Re: [ceph-users] which CentOS 7 kernel is compatible with jewel?

2016-06-15 Thread Michael Kuriger
Still not working with newer client.  But I get a different error now.

[root@test ~]# rbd ls
test1

[root@test ~]# rbd showmapped

[root@test ~]# rbd map test1
rbd: sysfs write failed
RBD image feature set mismatch. You can disable features unsupported by the 
kernel with "rbd feature disable".
In some cases useful info is found in syslog - try "dmesg | tail" or so.
rbd: map failed: (6) No such device or address

[root@test ~]# dmesg | tail
[52056.980880] rbd: loaded (major 251)
[52056.990399] libceph: mon0 10.1.77.165:6789 session established
[52056.992567] libceph: client4966 fsid f1466aaa-b08b-4103-ba7f-69165d675ba1
[52057.024913] rbd: image mk7193.np.wc1.yellowpages.com: image uses unsupported 
features: 0x3c
[52085.856605] libceph: mon0 10.1.77.165:6789 session established
[52085.858696] libceph: client4969 fsid f1466aaa-b08b-4103-ba7f-69165d675ba1
[52085.883350] rbd: image test1: image uses unsupported features: 0x3c
[52167.683868] libceph: mon1 10.1.78.75:6789 session established
[52167.685990] libceph: client4937 fsid f1466aaa-b08b-4103-ba7f-69165d675ba1
[52167.709796] rbd: image test1: image uses unsupported features: 0x3c

[root@test ~]# uname -a
Linux test.np.4.6.2-1.el7.elrepo.x86_64 #1 SMP Wed Jun 8 14:49:20 EDT 2016 
x86_64 x86_64 x86_64 GNU/Linux

[root@test ~]# ceph --version
ceph version 10.2.1 (3a66dd4f30852819c1bdaa8ec23c795d4ad77269)




 

 
Michael Kuriger
Sr.

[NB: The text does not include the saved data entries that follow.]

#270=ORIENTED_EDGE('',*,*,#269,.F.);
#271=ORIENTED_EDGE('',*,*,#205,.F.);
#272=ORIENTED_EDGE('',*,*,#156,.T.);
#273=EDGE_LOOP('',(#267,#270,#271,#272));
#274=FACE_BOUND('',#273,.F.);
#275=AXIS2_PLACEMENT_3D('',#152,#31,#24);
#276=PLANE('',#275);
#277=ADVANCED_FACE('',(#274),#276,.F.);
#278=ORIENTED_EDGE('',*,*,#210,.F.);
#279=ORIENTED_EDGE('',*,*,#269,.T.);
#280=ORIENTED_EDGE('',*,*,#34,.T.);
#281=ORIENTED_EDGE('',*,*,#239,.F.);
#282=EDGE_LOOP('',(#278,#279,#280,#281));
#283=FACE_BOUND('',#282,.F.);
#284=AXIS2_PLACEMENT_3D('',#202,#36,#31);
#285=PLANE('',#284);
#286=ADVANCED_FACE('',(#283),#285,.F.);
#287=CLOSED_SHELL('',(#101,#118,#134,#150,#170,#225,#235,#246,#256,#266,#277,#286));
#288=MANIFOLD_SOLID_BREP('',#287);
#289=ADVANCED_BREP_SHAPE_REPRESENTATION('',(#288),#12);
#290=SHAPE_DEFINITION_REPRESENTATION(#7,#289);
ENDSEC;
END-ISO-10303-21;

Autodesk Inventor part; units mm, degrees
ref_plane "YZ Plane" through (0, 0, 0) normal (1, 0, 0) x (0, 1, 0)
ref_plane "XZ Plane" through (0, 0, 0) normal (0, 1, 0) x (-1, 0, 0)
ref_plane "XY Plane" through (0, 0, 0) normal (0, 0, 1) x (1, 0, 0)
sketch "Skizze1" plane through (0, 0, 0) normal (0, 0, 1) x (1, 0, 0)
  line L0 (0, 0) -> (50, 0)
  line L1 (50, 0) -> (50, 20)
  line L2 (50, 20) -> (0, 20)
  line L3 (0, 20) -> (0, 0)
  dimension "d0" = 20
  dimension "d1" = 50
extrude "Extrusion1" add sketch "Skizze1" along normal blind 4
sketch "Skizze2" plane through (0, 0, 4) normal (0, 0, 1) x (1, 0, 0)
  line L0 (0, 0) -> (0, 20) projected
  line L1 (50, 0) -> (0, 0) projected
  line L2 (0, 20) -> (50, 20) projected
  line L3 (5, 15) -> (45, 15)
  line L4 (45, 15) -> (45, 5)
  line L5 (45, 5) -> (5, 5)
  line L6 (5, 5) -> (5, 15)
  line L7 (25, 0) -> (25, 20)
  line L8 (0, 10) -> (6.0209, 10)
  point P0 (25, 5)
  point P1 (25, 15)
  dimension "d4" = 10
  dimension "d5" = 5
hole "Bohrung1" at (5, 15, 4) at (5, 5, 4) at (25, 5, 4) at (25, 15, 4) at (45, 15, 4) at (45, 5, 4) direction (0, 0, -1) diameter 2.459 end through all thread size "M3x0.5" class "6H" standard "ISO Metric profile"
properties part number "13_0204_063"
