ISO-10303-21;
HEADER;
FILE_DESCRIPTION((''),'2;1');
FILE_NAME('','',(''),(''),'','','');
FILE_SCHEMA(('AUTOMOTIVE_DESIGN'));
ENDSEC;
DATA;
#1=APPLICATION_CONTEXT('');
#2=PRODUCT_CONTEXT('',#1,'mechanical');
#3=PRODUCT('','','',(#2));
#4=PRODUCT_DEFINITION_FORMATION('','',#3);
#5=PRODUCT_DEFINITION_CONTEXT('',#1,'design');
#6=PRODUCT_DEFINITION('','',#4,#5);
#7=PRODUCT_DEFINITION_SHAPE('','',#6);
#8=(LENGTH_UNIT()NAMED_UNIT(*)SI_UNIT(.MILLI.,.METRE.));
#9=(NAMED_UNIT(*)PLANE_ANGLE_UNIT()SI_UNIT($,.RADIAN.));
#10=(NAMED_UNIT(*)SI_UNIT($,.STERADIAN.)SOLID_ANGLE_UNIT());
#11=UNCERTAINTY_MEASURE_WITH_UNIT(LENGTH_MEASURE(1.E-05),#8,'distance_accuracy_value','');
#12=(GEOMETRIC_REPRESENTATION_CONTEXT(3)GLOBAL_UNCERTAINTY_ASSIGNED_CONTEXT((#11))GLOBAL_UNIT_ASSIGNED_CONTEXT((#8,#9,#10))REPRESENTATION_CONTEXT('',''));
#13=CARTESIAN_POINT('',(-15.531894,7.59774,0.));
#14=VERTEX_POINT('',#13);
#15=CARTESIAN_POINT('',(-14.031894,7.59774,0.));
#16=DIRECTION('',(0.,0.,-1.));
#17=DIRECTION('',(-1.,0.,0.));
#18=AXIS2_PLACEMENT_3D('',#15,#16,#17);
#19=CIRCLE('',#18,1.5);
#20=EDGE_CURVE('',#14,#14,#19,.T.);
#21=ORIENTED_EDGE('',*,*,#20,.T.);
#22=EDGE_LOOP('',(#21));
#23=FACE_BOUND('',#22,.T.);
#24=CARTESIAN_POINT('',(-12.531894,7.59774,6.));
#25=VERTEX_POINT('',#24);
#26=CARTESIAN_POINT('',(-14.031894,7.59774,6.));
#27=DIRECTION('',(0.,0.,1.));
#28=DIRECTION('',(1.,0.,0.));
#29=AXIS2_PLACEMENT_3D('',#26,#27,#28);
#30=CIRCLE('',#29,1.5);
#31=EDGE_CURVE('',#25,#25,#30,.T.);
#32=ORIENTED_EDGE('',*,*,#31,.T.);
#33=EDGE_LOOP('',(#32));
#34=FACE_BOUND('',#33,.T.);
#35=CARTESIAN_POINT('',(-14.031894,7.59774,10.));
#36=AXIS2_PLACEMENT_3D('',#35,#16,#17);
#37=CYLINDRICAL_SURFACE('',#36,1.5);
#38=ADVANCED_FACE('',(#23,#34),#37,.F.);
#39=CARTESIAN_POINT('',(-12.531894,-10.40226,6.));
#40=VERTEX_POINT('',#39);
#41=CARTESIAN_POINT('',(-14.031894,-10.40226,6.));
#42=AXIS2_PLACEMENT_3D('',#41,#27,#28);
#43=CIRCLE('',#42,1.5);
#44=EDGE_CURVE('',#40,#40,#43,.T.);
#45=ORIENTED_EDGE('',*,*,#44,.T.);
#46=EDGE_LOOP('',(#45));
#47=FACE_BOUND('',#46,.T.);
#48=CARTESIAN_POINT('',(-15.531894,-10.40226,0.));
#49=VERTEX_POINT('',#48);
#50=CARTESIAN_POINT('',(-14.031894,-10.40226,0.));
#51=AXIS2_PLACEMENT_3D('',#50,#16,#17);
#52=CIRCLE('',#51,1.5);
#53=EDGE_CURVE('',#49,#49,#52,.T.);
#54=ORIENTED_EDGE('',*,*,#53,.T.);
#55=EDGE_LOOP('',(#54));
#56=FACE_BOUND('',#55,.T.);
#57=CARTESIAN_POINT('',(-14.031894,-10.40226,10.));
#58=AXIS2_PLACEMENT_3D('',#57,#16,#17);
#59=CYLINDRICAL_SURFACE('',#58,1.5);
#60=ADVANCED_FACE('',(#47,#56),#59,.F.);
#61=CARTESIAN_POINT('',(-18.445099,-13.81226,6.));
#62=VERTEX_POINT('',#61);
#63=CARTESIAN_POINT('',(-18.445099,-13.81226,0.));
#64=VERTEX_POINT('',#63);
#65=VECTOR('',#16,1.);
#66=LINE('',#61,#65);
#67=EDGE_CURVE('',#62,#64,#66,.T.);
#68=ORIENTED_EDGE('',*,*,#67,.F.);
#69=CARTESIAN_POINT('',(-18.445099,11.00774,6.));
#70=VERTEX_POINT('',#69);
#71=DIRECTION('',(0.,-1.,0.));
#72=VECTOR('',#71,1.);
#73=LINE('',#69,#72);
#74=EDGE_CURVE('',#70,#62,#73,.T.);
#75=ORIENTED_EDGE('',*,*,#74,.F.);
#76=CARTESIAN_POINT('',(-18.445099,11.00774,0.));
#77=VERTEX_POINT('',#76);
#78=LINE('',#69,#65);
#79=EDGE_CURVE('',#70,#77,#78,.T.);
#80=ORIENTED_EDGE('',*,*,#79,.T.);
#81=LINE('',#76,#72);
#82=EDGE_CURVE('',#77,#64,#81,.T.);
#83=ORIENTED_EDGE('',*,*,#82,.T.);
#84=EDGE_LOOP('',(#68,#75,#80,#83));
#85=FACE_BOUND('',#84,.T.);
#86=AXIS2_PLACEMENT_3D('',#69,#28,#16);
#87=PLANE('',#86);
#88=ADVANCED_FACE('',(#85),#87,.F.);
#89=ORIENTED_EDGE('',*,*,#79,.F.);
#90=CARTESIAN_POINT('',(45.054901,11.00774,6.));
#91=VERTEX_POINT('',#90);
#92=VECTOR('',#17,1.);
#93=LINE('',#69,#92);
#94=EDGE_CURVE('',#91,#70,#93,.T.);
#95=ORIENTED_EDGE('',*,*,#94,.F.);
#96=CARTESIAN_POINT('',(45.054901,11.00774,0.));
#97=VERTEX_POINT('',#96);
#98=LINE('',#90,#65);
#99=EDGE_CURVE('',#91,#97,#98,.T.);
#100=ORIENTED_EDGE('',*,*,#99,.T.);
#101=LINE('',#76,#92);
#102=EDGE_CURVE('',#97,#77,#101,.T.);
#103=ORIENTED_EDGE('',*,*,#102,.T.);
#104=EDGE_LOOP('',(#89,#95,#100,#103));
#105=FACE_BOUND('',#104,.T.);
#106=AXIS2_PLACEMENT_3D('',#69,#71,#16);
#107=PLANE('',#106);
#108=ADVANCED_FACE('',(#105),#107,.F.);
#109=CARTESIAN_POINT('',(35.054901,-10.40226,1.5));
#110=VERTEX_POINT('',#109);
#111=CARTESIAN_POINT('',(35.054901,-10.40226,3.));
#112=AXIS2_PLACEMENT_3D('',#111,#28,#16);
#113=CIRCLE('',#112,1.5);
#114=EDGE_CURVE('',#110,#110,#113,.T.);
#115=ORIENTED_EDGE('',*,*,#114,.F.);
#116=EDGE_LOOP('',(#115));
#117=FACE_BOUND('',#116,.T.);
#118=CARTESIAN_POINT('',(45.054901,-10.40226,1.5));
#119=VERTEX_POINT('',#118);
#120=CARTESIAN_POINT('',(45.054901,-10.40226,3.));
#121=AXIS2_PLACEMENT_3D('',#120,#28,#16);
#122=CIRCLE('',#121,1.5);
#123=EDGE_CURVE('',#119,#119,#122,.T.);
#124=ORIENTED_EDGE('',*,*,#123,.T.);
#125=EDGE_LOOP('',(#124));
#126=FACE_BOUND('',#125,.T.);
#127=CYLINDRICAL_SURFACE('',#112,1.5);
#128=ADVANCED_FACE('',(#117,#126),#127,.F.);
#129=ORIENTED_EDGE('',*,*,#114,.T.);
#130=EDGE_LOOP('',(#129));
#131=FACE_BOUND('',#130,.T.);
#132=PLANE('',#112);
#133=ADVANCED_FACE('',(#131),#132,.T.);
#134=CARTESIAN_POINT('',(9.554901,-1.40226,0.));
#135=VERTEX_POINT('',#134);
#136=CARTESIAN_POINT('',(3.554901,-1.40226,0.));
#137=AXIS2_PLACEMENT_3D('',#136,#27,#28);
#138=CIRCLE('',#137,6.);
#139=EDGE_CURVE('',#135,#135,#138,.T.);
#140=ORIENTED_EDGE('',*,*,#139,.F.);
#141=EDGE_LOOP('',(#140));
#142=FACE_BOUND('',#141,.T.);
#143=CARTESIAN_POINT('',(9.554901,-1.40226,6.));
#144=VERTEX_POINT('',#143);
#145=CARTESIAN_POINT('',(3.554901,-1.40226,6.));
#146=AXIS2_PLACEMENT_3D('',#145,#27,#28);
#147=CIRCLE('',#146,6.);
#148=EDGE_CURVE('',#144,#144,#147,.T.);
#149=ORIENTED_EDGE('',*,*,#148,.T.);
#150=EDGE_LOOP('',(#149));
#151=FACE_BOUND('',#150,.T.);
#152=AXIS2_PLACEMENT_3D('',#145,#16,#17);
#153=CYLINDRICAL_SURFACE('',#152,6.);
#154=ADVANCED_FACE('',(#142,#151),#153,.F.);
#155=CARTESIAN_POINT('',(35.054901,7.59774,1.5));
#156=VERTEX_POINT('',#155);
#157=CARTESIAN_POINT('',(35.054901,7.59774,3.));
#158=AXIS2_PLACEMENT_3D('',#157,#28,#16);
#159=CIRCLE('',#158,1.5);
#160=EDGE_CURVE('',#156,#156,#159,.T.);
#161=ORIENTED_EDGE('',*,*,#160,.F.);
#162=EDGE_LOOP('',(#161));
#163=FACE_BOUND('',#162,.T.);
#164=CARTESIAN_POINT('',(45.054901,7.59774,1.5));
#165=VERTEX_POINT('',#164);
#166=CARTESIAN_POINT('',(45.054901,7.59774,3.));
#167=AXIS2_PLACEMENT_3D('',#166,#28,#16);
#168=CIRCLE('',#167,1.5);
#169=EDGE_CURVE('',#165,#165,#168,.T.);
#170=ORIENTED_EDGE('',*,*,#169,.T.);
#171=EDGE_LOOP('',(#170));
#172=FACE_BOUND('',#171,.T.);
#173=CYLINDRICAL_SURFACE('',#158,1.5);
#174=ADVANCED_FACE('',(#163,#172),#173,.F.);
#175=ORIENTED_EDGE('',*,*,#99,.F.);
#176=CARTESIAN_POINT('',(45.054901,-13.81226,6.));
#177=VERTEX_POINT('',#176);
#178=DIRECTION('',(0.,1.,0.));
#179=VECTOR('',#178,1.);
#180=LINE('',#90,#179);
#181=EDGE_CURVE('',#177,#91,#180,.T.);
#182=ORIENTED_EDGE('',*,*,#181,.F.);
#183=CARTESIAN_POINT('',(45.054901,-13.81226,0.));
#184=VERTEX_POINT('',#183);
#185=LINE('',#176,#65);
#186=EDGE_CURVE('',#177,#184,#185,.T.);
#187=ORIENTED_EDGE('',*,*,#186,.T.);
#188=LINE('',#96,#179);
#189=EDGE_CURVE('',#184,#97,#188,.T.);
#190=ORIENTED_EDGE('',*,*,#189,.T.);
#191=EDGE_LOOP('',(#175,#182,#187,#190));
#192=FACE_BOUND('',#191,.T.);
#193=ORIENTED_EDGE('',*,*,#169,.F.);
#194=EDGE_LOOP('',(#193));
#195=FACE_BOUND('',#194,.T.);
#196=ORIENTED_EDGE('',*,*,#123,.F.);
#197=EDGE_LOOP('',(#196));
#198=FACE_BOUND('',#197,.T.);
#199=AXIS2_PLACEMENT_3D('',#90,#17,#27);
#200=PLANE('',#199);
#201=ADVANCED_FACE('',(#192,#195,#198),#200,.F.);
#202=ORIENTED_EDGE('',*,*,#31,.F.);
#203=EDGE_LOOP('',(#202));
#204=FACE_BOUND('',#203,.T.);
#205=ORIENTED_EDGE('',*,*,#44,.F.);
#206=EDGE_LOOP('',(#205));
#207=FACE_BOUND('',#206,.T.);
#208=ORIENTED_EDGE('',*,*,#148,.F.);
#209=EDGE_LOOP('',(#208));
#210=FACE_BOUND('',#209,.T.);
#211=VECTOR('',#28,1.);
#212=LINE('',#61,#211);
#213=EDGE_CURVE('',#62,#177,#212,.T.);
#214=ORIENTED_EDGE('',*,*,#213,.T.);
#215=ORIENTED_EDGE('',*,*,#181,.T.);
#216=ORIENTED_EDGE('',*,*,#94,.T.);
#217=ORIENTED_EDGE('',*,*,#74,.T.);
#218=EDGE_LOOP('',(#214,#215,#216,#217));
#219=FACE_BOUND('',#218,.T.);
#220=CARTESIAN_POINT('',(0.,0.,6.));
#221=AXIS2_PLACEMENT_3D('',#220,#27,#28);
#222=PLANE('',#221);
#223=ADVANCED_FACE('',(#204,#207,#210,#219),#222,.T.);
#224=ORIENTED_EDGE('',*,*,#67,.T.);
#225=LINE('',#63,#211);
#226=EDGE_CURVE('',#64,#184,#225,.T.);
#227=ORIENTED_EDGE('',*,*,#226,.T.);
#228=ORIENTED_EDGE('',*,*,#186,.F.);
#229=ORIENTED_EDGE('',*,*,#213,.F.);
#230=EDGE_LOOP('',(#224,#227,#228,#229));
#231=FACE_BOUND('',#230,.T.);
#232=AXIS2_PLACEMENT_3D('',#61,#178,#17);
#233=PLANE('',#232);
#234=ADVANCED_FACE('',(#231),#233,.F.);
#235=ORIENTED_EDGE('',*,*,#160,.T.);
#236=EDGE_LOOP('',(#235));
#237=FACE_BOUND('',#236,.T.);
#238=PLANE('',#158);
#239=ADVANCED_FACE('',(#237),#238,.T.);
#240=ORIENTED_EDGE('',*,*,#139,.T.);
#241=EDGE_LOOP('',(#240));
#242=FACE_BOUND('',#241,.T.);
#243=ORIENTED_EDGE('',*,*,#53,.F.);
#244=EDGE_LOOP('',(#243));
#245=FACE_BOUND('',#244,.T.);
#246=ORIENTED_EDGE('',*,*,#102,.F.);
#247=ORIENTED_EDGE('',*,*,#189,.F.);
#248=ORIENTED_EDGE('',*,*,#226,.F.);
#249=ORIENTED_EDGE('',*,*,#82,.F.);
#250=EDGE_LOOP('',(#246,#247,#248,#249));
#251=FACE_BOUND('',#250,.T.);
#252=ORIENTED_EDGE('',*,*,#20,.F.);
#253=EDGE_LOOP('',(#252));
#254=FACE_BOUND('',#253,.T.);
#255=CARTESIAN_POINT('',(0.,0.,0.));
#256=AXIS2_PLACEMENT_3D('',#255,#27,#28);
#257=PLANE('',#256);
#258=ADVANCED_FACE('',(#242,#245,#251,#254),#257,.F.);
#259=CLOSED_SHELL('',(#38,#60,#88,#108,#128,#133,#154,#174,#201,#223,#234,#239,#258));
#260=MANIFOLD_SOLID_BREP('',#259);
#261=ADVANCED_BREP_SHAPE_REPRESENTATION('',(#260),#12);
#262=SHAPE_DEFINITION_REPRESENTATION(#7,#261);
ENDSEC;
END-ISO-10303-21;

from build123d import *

# Parameters (mm, degrees)
ESQUISSE1_W             = 63.5
ESQUISSE1_H             = 24.82
ESQUISSE1_R             = 6
BOSS_EXTRU_1_DEPTH      = 6
ESQUISSE2_R             = 1.5
ENL_V_MAT_EXTRU_1_DEPTH = 10
ESQUISSE3_R             = 1.5
ENL_V_MAT_EXTRU_2_DEPTH = 10


with BuildPart() as part:
    # Esquisse1 → Boss.-Extru.1 (new body)
    with BuildSketch(Plane.XY):
        with Locations((13.304900678, -1.402259887)):
            Rectangle(ESQUISSE1_W, ESQUISSE1_H)
        with Locations((3.554900678, -1.402259887)):
            Circle(ESQUISSE1_R, mode=Mode.SUBTRACT)
    extrude(amount=BOSS_EXTRU_1_DEPTH)

    # Esquisse2 → Enlèv. mat.-Extru.1 (cut)
    with BuildSketch(Plane(origin=(45.054900678, 0, 0), x_dir=(0, 0, -1), z_dir=(1, 0, 0))):
        with Locations((-3, 7.597740113)):
            Circle(ESQUISSE2_R)
        with Locations((-3, -10.402259887)):
            Circle(ESQUISSE2_R)
    extrude(amount=-ENL_V_MAT_EXTRU_1_DEPTH, mode=Mode.SUBTRACT)

    # Esquisse3 → Enlèv. mat.-Extru.2 (cut)
    with BuildSketch(Plane(origin=(0, 0, 0), x_dir=(-1, 0, 0), z_dir=(0, 0, -1))):
        with Locations((14.031893584, 7.597740113)):
            Circle(ESQUISSE3_R)
        with Locations((14.031893584, -10.402259887)):
            Circle(ESQUISSE3_R)
    extrude(amount=-ENL_V_MAT_EXTRU_2_DEPTH, mode=Mode.SUBTRACT)


solid = part.part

Unix Systems Engineer
* mk7...@yp.com |( 818-649-7235








On 6/14/16, 12:28 PM, "Ilya Dryomov" <idryo...@gmail.com> wrote:

>On Mon, Jun 13, 2016 at 8:37 PM, Michael Kuriger <mk7...@yp.com> wrote:
>> I just realized that this issue is probably because I’m running jewel 10.2.1 
>> on the servers side, but accessing from a client running hammer 0.94.7 or 
>> infernalis 9.2.1
>>
>> Here is what happens if I run rbd ls from a client on infernalis.  I was 
>> testing this access since we weren’t planning on building rpms for Jewel on 
>> CentOS 6
>>
>> $ rbd ls
>> 2016-06-13 11:24:06.881591 7fe61e568700  0 -- :/3877046932 >> 
>> 10.1.77.165:6789/0 pipe(0x562ed3ea7550 sd=3 :0 s=1 pgs=0 cs=0 l=1 
>> c=0x562ed3ea0ac0).fault
>> 2016-06-13 11:24:09.882051 7fe61137f700  0 -- :/3877046932 >> 
>> 10.1.78.75:6789/0 pipe(0x7fe608000c00 sd=3 :0 s=1 pgs=0 cs=0 l=1 
>> c=0x7fe608004ef0).fault
>> 2016-06-13 11:24:12.882389 7fe61e568700  0 -- :/3877046932 >> 
>> 10.1.77.165:6789/0 pipe(0x7fe608008350 sd=4 :0 s=1 pgs=0 cs=0 l=1 
>> c=0x7fe60800c5f0).fault
>> 2016-06-13 11:24:18.883642 7fe61e568700  0 -- :/3877046932 >> 
>> 10.1.77.165:6789/0 pipe(0x7fe608008350 sd=3 :0 s=1 pgs=0 cs=0 l=1 
>> c=0x7fe6080078e0).fault
>> 2016-06-13 11:24:21.884259 7fe61137f700  0 -- :/3877046932 >> 
>> 10.1.78.75:6789/0 pipe(0x7fe608000c00 sd=4 :0 s=1 pgs=0 cs=0 l=1 
>> c=0x7fe608007110).fault
>
>Accessing jewel with older clients should work as long as you don't
>enable jewel tunables and such; the same goes for older kernels.  Can
>you do
>
>rbd --debug-ms=20 ls
>
>and attach the output?
>
>Thanks,
>
>Ilya
___
ceph-users mailing list
ceph-users@lists.ceph.com
http://lists.ceph.com/listinfo.cgi/ceph-users-ceph.com


Re: [ceph-users] which CentOS 7 kernel is compatible with jewel?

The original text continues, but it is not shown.